Stored data entries:
════
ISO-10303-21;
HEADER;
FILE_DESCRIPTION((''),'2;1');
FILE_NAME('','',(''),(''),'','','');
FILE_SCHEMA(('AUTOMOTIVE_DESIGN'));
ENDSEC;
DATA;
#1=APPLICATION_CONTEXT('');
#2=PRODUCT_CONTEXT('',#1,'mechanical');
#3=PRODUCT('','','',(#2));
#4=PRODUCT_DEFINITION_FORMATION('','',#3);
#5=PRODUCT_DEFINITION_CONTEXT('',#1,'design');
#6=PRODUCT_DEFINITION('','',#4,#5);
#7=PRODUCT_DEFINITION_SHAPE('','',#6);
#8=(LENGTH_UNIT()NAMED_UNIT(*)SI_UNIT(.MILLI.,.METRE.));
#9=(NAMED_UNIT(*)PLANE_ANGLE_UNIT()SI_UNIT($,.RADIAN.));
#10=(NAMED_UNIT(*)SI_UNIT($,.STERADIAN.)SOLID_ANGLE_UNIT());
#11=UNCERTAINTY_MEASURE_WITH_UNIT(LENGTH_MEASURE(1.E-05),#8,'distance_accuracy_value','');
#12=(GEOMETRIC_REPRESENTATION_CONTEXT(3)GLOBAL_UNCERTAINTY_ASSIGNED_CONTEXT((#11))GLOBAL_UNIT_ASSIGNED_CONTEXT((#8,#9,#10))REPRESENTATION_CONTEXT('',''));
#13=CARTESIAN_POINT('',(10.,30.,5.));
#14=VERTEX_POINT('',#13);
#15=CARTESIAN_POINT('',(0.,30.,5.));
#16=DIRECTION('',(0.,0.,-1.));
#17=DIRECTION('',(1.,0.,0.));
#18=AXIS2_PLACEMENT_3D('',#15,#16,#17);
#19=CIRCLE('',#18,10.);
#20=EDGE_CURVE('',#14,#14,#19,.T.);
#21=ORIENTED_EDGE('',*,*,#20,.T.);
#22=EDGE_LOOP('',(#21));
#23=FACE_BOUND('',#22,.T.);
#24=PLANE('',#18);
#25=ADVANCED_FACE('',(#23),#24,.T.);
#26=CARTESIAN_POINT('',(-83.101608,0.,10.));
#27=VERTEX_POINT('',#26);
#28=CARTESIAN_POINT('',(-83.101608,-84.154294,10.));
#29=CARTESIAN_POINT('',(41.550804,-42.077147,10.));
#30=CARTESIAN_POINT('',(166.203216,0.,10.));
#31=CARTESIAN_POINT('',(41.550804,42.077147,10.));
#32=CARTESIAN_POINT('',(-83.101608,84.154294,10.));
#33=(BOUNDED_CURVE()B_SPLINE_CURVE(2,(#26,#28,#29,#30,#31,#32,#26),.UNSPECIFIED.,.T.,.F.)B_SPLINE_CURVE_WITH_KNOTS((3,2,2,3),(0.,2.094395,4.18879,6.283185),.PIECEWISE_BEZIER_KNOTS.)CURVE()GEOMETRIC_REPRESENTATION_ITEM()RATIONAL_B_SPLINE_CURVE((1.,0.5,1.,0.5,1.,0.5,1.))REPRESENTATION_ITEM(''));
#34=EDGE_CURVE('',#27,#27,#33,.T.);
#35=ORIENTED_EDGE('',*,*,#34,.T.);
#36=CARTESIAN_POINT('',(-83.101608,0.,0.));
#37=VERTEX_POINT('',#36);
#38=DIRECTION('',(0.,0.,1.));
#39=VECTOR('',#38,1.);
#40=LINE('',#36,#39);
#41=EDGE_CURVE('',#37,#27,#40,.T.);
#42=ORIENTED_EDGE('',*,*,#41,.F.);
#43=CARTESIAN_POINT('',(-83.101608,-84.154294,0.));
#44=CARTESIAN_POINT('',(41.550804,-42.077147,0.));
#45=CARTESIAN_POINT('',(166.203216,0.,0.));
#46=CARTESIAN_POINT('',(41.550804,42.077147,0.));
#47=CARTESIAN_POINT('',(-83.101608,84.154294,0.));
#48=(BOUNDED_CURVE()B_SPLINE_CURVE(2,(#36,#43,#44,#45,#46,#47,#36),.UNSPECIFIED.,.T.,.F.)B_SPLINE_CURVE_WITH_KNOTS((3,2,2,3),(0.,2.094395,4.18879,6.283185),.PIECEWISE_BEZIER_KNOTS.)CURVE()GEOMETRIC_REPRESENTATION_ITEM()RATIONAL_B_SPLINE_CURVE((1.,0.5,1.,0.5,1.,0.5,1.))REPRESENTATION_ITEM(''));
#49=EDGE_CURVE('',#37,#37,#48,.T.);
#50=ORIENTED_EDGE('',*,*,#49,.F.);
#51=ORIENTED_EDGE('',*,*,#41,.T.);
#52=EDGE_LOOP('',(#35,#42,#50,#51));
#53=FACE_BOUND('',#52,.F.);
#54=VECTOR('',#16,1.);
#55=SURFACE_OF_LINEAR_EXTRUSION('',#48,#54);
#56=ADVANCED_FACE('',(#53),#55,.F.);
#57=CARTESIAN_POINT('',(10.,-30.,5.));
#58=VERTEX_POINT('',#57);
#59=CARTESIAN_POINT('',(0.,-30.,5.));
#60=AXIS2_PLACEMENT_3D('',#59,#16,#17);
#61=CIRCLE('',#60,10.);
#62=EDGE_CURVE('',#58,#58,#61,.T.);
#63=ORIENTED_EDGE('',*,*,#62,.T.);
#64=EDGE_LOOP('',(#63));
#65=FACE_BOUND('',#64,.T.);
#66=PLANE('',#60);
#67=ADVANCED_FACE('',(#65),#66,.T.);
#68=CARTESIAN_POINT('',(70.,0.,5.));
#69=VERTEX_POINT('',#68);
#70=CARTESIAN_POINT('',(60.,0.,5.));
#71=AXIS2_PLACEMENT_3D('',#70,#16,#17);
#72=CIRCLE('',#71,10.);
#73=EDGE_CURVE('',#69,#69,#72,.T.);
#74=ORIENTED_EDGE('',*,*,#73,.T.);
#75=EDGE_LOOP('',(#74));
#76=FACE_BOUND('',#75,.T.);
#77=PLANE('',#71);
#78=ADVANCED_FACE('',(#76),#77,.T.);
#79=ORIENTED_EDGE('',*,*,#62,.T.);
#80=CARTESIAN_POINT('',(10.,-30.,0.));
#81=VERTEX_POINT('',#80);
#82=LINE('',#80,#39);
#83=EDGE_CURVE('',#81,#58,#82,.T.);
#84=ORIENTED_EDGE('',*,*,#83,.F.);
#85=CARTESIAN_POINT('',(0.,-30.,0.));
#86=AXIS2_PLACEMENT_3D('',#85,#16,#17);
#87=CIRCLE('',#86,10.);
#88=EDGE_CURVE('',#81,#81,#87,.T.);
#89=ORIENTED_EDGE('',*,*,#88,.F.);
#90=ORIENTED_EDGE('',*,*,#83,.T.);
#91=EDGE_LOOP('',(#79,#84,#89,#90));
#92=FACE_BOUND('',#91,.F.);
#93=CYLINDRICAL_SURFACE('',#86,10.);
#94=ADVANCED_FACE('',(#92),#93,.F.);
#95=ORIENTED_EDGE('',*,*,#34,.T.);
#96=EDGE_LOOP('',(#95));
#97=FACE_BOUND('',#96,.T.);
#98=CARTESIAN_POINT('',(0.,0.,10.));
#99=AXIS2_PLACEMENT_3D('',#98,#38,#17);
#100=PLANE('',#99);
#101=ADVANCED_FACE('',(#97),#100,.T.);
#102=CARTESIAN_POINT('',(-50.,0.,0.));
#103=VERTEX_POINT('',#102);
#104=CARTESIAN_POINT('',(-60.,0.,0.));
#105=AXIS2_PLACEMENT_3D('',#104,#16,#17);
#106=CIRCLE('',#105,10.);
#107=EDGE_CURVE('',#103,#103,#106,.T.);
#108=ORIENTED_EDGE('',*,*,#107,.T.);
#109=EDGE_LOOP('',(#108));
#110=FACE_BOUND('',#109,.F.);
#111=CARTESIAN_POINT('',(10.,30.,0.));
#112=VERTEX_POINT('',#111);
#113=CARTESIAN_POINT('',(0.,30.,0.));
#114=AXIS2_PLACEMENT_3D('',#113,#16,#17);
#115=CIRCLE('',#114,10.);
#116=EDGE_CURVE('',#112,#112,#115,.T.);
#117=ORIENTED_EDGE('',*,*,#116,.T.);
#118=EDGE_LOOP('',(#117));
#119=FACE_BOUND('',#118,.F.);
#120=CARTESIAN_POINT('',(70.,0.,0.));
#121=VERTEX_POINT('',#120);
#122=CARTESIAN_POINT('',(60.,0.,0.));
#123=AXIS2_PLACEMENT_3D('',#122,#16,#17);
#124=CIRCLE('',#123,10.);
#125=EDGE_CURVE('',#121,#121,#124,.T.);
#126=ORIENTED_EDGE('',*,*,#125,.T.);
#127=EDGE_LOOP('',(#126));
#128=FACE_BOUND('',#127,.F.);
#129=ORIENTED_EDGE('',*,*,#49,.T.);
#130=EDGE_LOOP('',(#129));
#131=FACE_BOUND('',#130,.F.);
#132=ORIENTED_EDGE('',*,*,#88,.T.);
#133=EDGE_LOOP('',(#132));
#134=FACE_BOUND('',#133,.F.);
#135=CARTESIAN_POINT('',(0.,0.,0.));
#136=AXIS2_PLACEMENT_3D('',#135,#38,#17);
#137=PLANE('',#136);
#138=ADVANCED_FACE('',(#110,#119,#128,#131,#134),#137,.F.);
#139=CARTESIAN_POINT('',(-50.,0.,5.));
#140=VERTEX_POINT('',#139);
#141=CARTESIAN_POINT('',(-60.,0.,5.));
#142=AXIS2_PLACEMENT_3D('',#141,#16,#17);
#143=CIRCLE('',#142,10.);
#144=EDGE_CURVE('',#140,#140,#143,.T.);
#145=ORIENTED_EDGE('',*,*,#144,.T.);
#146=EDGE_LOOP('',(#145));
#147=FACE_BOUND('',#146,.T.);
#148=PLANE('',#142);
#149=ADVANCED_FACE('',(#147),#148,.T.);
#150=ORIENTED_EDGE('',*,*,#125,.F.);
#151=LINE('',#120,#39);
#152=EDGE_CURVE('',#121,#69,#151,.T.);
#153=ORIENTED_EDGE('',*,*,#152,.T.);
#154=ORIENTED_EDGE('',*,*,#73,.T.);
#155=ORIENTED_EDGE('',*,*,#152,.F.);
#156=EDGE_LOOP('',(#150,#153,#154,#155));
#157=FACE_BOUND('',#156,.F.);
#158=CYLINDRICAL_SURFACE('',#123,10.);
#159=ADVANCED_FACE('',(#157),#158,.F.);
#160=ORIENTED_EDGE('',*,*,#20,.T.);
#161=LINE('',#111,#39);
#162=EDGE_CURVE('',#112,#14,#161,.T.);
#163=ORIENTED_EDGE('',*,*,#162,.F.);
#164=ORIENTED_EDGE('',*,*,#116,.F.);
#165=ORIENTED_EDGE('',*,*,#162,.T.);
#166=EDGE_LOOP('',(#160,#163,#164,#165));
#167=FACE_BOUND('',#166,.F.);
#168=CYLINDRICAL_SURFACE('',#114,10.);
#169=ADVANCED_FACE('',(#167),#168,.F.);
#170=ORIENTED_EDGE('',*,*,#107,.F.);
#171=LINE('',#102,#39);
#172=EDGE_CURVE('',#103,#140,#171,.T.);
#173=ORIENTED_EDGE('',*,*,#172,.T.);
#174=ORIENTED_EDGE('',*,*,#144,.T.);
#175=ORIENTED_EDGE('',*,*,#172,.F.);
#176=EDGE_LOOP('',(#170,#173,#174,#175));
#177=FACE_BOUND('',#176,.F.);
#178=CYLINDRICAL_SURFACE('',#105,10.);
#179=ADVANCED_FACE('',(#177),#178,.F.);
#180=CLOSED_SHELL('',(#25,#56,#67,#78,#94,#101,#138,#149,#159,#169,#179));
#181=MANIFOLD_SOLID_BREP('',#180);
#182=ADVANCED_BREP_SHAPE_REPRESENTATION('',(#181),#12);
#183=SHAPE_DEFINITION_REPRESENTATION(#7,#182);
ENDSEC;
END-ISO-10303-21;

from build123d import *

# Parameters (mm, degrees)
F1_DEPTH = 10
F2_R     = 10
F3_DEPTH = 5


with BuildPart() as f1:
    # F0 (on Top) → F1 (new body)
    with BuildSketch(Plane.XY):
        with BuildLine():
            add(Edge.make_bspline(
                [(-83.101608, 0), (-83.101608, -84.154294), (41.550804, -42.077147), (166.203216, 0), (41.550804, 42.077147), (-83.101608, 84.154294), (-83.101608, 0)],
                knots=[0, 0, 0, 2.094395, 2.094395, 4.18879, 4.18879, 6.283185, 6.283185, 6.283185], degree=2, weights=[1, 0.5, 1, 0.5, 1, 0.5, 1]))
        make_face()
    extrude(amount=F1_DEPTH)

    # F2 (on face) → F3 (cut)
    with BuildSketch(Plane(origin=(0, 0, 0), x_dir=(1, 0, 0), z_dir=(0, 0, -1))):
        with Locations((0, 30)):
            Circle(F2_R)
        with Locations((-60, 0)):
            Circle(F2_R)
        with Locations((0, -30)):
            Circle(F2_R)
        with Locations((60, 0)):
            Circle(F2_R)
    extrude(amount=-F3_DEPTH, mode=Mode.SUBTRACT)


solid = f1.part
════
## ABOUT THIS TASK
Beginning at the line above with "#56=ADVANCED_FACE('',(#53),#55,.F.);" and finishing at the line with "#71=AXIS2_PLACEMENT_3D('',#70,#16,#17);", return each line exactly and return nothing else.

## RESULT FOR THIS TASK
#56=ADVANCED_FACE('',(#53),#55,.F.);
#57=CARTESIAN_POINT('',(10.,-30.,5.));
#58=VERTEX_POINT('',#57);
#59=CARTESIAN_POINT('',(0.,-30.,5.));
#60=AXIS2_PLACEMENT_3D('',#59,#16,#17);
#61=CIRCLE('',#60,10.);
#62=EDGE_CURVE('',#58,#58,#61,.T.);
#63=ORIENTED_EDGE('',*,*,#62,.T.);
#64=EDGE_LOOP('',(#63));
#65=FACE_BOUND('',#64,.T.);
#66=PLANE('',#60);
#67=ADVANCED_FACE('',(#65),#66,.T.);
#68=CARTESIAN_POINT('',(70.,0.,5.));
#69=VERTEX_POINT('',#68);
#70=CARTESIAN_POINT('',(60.,0.,5.));
#71=AXIS2_PLACEMENT_3D('',#70,#16,#17);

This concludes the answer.